Technical Abstract: Cover crops can increase soil C and N storage and reduce the potential for N leaching under agronomic crops, but information on their benefits under bioenergy crops is scanty due to the removal of aboveground biomass. The objective of the study was to evaluate the effect of cover crops on soil organic C (SOC), total N (STN), NH4-N, and NO3-N contents at the 0- to 30-cm (0- to 12-in) depth under bioenergy sorghum (Sorghum bicolor [L.] Moench) crops from 2010 to 2013 in the southeastern United States. Treatments were two sorghum species {forage sorghum (Sorghum vulgare Pers.) and sweet sorghum (Sorghum bicolor (L.) Moench)} and four cover crops {legume (hairy vetch [Vicia villosa Roth]), nonlegume (rye [Secaele cereale L.]), biculture of legume and nonlegume (hairy vetch/rye), and no cover crop (control)} laid out in a split-plot arrangement in randomized complete block with three replications. At 15 to 30 cm (6 to 12 in), SOC was greater with hairy vetch/rye than the control under forage sorghum. At 0 to 5 and 5 to 15 cm (0 to 2 and 2 to 6 in), STN was greater with hairy vetch and hairy vetch/rye than rye under forage sorghum and greater with hairy vetch/rye than the control under sweet sorghum.
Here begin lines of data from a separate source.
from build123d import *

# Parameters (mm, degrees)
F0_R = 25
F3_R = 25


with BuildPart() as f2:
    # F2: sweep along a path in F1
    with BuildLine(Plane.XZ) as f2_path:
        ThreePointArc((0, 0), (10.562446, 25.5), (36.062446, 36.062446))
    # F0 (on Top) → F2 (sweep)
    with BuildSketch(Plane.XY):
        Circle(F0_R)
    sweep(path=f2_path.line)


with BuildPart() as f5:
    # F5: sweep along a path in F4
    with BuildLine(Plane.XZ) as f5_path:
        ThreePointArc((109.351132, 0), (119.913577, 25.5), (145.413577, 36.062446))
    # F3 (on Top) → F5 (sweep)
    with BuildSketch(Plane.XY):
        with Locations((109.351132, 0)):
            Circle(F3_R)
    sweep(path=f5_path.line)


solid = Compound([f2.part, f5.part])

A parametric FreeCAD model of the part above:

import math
import FreeCAD as App
import Part
import Sketcher

V = App.Vector
Q = App.Units.Quantity

doc = App.newDocument("Part")
body = doc.addObject("PartDesign::Body", "Body")

# Sketch on XY plane
sketch1 = body.newObject("Sketcher::SketchObject", "Sketch")
sketch1.AttachmentSupport = (doc.getObject("XY_Plane"), [""])
sketch1.MapMode = "FlatFace"
sketch1.addGeometry(Part.Circle(V(0, 0, 0), V(0, 0, 1), 25), False)
sketch1.addConstraint([
    Sketcher.Constraint("Coincident", 0, 3, -1, 1),
    Sketcher.Constraint("Diameter", 0, Q("50 mm")),
])

# Sketch on XZ plane
sketch2 = body.newObject("Sketcher::SketchObject", "Sketch001")
sketch2.AttachmentSupport = (doc.getObject("XZ_Plane"), [""])
sketch2.MapMode = "FlatFace"
sketch2.addGeometry(Part.ArcOfCircle(Part.Circle(V(36, 0, 0), V(0, 0, 1), 36), math.radians(90), math.radians(180)), False)
sketch2.addConstraint([
    Sketcher.Constraint("Coincident", 0, 2, -1, 1),
    Sketcher.Constraint("PointOnObject", 0, 3, -1),
    Sketcher.Constraint("Radius", 0, Q("36.062446 mm")),
    Sketcher.Constraint("DistanceX", -1, 1, 0, 1, Q("36.062446 mm")),
])
doc.recompute()

additivepipe = body.newObject("PartDesign::AdditivePipe", "AdditivePipe")
additivepipe.Profile = sketch1
additivepipe.Spine = (sketch2, ["Edge1"])
body2 = doc.addObject("PartDesign::Body", "Body001")

# Sketch on XY plane
sketch3 = body2.newObject("Sketcher::SketchObject", "Sketch002")
sketch3.AttachmentSupport = (doc.getObject("XY_Plane001"), [""])
sketch3.MapMode = "FlatFace"
sketch3.addGeometry(Part.Circle(V(109, 0, 0), V(0, 0, 1), 25), False)
sketch3.addConstraint([
    Sketcher.Constraint("PointOnObject", 0, 3, -1),
    Sketcher.Constraint("Diameter", 0, Q("50 mm")),
    Sketcher.Constraint("DistanceX", -1, 1, 0, 3, Q("109.351132 mm")),
])

# Sketch on XZ plane
sketch4 = body2.newObject("Sketcher::SketchObject", "Sketch003")
sketch4.AttachmentSupport = (doc.getObject("XZ_Plane001"), [""])
sketch4.MapMode = "FlatFace"
sketch4.addGeometry(Part.ArcOfCircle(Part.Circle(V(145, 0, 0), V(0, 0, 1), 36), math.radians(90), math.radians(180)), False)
sketch4.addConstraint([
    Sketcher.Constraint("PointOnObject", 0, 3, -1),
    Sketcher.Constraint("PointOnObject", 0, 2, -1),
    Sketcher.Constraint("Radius", 0, Q("36.062445 mm")),
    Sketcher.Constraint("DistanceX", -1, 1, 0, 3, Q("145.413577 mm")),
    Sketcher.Constraint("DistanceX", -1, 1, 0, 1, Q("145.413577 mm")),
])
doc.recompute()

additivepipe2 = body2.newObject("PartDesign::AdditivePipe", "AdditivePipe001")
additivepipe2.Profile = sketch3
additivepipe2.Spine = (sketch4, ["Edge1"])

doc.recompute()
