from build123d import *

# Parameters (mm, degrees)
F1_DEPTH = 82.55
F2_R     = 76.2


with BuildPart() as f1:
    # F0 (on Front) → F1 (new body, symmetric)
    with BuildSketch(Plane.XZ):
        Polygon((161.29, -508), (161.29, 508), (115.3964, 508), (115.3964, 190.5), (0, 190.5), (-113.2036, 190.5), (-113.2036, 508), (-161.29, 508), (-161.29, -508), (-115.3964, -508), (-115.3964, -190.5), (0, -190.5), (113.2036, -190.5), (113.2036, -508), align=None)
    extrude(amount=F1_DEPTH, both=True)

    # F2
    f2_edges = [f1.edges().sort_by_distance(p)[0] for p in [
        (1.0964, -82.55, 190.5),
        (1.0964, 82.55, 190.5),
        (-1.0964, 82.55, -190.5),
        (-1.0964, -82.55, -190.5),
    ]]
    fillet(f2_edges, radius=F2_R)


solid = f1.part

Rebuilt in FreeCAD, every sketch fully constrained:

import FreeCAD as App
import Part
import Sketcher
from FreeCAD import Vector
Q = App.Units.Quantity


def edges_at(feature, points):
    """Names of the edges that pass closest to the given points."""
    edges = feature.Shape.Edges
    near = lambda p: min(range(len(edges)), key=lambda i: edges[i].distToShape(Part.Vertex(*p))[0])
    return sorted({f"Edge{near(p) + 1}" for p in points})

doc = App.newDocument("Part")
body = doc.addObject("PartDesign::Body", "Body")

# Sketch on XZ plane
sketch1 = body.newObject("Sketcher::SketchObject", "Sketch")
sketch1.AttachmentSupport = (doc.getObject("XZ_Plane"), [""])
sketch1.MapMode = "FlatFace"
sketch1.addGeometry(Part.LineSegment(Vector(161, -508, 0), Vector(161, 508, 0)), False)
sketch1.addGeometry(Part.LineSegment(Vector(161, 508, 0), Vector(115, 508, 0)), False)
sketch1.addGeometry(Part.LineSegment(Vector(115, 508, 0), Vector(115, 190, 0)), False)
sketch1.addGeometry(Part.LineSegment(Vector(115, 190, 0), Vector(-113, 190, 0)), False)
sketch1.addGeometry(Part.LineSegment(Vector(-113, 190, 0), Vector(-113, 508, 0)), False)
sketch1.addGeometry(Part.LineSegment(Vector(-113, 508, 0), Vector(-161, 508, 0)), False)
sketch1.addGeometry(Part.LineSegment(Vector(-161, 508, 0), Vector(-161, -508, 0)), False)
sketch1.addGeometry(Part.LineSegment(Vector(-161, -508, 0), Vector(-115, -508, 0)), False)
sketch1.addGeometry(Part.LineSegment(Vector(-115, -508, 0), Vector(-115, -190, 0)), False)
sketch1.addGeometry(Part.LineSegment(Vector(-115, -190, 0), Vector(113, -190, 0)), False)
sketch1.addGeometry(Part.LineSegment(Vector(113, -190, 0), Vector(113, -508, 0)), False)
sketch1.addGeometry(Part.LineSegment(Vector(113, -508, 0), Vector(161, -508, 0)), False)
sketch1.addConstraint(Sketcher.Constraint("Coincident", 0, 2, 1, 1))
sketch1.addConstraint(Sketcher.Constraint("Coincident", 1, 2, 2, 1))
sketch1.addConstraint(Sketcher.Constraint("Coincident", 2, 2, 3, 1))
sketch1.addConstraint(Sketcher.Constraint("Coincident", 3, 2, 4, 1))
sketch1.addConstraint(Sketcher.Constraint("Coincident", 4, 2, 5, 1))
sketch1.addConstraint(Sketcher.Constraint("Coincident", 5, 2, 6, 1))
sketch1.addConstraint(Sketcher.Constraint("Coincident", 6, 2, 7, 1))
sketch1.addConstraint(Sketcher.Constraint("Coincident", 7, 2, 8, 1))
sketch1.addConstraint(Sketcher.Constraint("Coincident", 8, 2, 9, 1))
sketch1.addConstraint(Sketcher.Constraint("Coincident", 9, 2, 10, 1))
sketch1.addConstraint(Sketcher.Constraint("Coincident", 10, 2, 11, 1))
sketch1.addConstraint(Sketcher.Constraint("Coincident", 11, 2, 0, 1))
sketch1.addConstraint(Sketcher.Constraint("Vertical", 0))
sketch1.addConstraint(Sketcher.Constraint("Horizontal", 1))
sketch1.addConstraint(Sketcher.Constraint("Vertical", 2))
sketch1.addConstraint(Sketcher.Constraint("Horizontal", 3))
sketch1.addConstraint(Sketcher.Constraint("Vertical", 4))
sketch1.addConstraint(Sketcher.Constraint("Horizontal", 5))
sketch1.addConstraint(Sketcher.Constraint("Vertical", 6))
sketch1.addConstraint(Sketcher.Constraint("Horizontal", 7))
sketch1.addConstraint(Sketcher.Constraint("Vertical", 8))
sketch1.addConstraint(Sketcher.Constraint("Horizontal", 9))
sketch1.addConstraint(Sketcher.Constraint("Vertical", 10))
sketch1.addConstraint(Sketcher.Constraint("Horizontal", 11))
sketch1.addConstraint(Sketcher.Constraint("Symmetric", 0, 2, 6, 2, -1, 1))
sketch1.addConstraint(Sketcher.Constraint("Symmetric", 2, 2, 8, 2, -1, 1))
sketch1.addConstraint(Sketcher.Constraint("Symmetric", 4, 2, 10, 2, -1, 1))
sketch1.addConstraint(Sketcher.Constraint("Horizontal", 1, 2, 4, 2))
sketch1.addConstraint(Sketcher.Constraint("DistanceX", 3, 2, 3, 1, Q("9 in")))
sketch1.addConstraint(Sketcher.Constraint("DistanceY", 0, 1, 0, 2, Q("40 in")))
sketch1.addConstraint(Sketcher.Constraint("DistanceY", 2, 2, 2, 1, Q("12.5 in")))
sketch1.addConstraint(Sketcher.Constraint("DistanceX", 5, 2, 0, 2, Q("12.7 in")))
sketch1.addConstraint(Sketcher.Constraint("DistanceX", 1, 2, 1, 1, 45.8936))
pad1 = body.newObject("PartDesign::Pad", "Pad")
pad1.Profile = sketch1
pad1.Length = Q("6.5 in")
pad1.Midplane = True
doc.recompute()

fillet = body.newObject("PartDesign::Fillet", "Fillet")
fillet.Base = (pad1, edges_at(pad1, [
    (1.096, -82.55, 190.5),
    (1.096, 82.55, 190.5),
    (-1.096, 82.55, -190.5),
    (-1.096, -82.55, -190.5),
]))
fillet.Radius = Q("3 in")

doc.recompute()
At 5 to 15 cm (2 to 6 in), NO3-N was greater with hairy vetch/rye than rye in 2011, but was greater with rye and hairy vetch than hairy vetch/rye in 2012. At all depths, NH4-N was greater under forage than sweet sorghum in 2012. Regardless of treatments, SOC and STN increased, but NH4-N and NO3-N varied from 2010 to 2013. Although soil available N varied with cover crops, sorghum types, and climatic conditions from year to year, hairy vetch/rye can conserve and/or increase soil C and N levels compared with other cover crops under bioenergy sorghum in the southeastern United States. The results can be used to claim C credit, increase N cycling, and improve soil and environmental quality in the regions with similar soil and climatic conditions.